SOURCE DATA: Begin

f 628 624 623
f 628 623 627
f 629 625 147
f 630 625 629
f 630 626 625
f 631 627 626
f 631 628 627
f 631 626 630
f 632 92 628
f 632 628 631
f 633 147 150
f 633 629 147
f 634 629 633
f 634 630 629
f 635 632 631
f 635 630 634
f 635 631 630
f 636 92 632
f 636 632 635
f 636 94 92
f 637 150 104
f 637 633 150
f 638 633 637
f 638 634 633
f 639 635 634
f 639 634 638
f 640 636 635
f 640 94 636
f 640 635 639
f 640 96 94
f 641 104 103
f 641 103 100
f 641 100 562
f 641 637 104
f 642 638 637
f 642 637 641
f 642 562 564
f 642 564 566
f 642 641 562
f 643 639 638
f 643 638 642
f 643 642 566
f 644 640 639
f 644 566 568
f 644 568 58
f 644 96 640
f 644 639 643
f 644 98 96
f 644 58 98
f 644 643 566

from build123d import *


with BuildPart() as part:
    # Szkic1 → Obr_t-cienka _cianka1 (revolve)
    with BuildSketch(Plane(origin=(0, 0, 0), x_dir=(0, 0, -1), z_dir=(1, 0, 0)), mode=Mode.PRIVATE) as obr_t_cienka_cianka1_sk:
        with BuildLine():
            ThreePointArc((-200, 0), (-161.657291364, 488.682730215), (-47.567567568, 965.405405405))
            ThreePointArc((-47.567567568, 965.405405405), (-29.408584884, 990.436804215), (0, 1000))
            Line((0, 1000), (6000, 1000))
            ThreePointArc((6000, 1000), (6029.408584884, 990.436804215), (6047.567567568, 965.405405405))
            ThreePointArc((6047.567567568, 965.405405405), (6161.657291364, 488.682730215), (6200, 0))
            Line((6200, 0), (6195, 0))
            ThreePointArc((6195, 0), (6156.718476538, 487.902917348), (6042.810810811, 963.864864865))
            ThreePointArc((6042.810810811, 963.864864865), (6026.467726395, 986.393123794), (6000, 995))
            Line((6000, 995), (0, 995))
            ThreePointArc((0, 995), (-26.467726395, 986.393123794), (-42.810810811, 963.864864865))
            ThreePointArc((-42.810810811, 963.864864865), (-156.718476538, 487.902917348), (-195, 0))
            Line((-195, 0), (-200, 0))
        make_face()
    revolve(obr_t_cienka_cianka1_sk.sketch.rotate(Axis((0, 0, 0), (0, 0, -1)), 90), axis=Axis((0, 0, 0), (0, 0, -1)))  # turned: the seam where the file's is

SOURCE DATA: End
SOURCE DATA: Begin

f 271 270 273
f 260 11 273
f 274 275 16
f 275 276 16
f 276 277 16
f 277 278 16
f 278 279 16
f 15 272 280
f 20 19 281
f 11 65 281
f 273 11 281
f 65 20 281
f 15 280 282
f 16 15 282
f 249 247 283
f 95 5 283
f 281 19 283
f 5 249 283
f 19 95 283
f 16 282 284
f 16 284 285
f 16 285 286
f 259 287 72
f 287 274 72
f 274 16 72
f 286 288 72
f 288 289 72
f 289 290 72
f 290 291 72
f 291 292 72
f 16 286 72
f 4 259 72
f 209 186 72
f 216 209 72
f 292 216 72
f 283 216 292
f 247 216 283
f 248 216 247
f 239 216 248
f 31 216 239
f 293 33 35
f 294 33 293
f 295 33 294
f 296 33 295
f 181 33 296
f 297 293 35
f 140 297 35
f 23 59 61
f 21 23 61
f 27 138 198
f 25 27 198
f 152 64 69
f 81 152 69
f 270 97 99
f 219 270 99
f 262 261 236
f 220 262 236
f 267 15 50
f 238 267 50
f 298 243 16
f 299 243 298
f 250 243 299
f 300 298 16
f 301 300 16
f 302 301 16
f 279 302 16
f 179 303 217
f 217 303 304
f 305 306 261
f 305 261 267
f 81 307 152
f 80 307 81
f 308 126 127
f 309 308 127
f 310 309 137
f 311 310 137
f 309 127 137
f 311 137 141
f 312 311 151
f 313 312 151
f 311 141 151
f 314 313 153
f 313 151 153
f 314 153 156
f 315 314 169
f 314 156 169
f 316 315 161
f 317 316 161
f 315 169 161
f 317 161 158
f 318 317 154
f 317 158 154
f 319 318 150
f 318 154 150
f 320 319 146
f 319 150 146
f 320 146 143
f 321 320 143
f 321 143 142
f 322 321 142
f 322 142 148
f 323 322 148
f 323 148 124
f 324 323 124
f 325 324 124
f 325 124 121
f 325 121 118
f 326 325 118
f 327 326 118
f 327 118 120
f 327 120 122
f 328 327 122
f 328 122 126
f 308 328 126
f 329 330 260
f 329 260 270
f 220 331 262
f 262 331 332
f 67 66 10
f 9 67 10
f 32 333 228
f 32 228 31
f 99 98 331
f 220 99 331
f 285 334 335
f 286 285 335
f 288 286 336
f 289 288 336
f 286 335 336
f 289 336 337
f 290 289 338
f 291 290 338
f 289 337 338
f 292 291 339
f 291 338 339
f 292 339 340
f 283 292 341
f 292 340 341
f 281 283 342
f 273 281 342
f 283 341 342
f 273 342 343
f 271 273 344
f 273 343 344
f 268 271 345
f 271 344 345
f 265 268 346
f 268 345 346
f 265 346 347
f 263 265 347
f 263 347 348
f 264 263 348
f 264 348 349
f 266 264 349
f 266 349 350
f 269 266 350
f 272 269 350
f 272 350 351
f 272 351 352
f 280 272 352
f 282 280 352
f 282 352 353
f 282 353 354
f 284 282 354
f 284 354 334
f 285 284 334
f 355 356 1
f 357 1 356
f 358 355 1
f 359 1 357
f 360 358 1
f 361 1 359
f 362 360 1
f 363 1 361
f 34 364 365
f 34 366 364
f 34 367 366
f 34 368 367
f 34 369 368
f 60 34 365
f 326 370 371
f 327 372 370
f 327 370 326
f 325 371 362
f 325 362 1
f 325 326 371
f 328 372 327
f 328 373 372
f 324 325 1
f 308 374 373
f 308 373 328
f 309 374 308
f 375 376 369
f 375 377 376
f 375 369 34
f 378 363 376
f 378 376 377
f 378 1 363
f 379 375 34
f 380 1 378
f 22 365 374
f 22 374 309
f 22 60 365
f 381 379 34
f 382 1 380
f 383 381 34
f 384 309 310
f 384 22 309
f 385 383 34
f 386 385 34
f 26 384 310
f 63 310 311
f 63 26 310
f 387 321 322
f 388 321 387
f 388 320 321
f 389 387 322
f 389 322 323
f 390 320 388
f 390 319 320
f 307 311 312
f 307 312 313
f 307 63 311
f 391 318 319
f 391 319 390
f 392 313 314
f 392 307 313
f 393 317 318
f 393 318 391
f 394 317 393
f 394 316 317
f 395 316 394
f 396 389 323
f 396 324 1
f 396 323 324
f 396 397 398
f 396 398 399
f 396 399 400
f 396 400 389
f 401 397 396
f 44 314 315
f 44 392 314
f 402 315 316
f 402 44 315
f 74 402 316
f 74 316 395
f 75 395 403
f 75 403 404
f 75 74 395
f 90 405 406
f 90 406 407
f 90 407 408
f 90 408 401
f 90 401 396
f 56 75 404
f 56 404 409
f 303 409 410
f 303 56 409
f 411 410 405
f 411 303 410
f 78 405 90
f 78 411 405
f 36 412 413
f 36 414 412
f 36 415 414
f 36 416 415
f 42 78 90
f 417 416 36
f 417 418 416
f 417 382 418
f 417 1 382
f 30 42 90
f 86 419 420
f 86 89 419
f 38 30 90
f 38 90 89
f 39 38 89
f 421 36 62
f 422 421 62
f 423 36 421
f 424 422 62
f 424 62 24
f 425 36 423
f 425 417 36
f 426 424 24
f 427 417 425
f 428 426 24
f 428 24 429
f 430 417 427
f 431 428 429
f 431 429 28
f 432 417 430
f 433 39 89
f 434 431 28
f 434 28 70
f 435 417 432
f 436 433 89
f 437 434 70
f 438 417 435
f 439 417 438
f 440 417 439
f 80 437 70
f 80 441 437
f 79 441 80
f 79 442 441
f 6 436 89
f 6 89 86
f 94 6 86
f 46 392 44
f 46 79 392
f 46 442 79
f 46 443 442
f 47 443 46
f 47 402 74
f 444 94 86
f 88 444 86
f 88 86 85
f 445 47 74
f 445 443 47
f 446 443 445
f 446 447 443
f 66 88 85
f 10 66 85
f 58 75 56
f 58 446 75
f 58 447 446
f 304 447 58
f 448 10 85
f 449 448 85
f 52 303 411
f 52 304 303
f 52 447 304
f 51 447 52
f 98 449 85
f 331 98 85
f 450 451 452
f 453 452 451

SOURCE DATA: End

__WHAT IS REQUIRED__:
Restate word for word the entries above from the line with "f 310 309 137" through the line with "f 284 354 334", inclusive, leaving out everything else.

__FINAL ANSWER__:
f 310 309 137
f 311 310 137
f 309 127 137
f 311 137 141
f 312 311 151
f 313 312 151
f 311 141 151
f 314 313 153
f 313 151 153
f 314 153 156
f 315 314 169
f 314 156 169
f 316 315 161
f 317 316 161
f 315 169 161
f 317 161 158
f 318 317 154
f 317 158 154
f 319 318 150
f 318 154 150
f 320 319 146
f 319 150 146
f 320 146 143
f 321 320 143
f 321 143 142
f 322 321 142
f 322 142 148
f 323 322 148
f 323 148 124
f 324 323 124
f 325 324 124
f 325 124 121
f 325 121 118
f 326 325 118
f 327 326 118
f 327 118 120
f 327 120 122
f 328 327 122
f 328 122 126
f 308 328 126
f 329 330 260
f 329 260 270
f 220 331 262
f 262 331 332
f 67 66 10
f 9 67 10
f 32 333 228
f 32 228 31
f 99 98 331
f 220 99 331
f 285 334 335
f 286 285 335
f 288 286 336
f 289 288 336
f 286 335 336
f 289 336 337
f 290 289 338
f 291 290 338
f 289 337 338
f 292 291 339
f 291 338 339
f 292 339 340
f 283 292 341
f 292 340 341
f 281 283 342
f 273 281 342
f 283 341 342
f 273 342 343
f 271 273 344
f 273 343 344
f 268 271 345
f 271 344 345
f 265 268 346
f 268 345 346
f 265 346 347
f 263 265 347
f 263 347 348
f 264 263 348
f 264 348 349
f 266 264 349
f 266 349 350
f 269 266 350
f 272 269 350
f 272 350 351
f 272 351 352
f 280 272 352
f 282 280 352
f 282 352 353
f 282 353 354
f 284 282 354
f 284 354 334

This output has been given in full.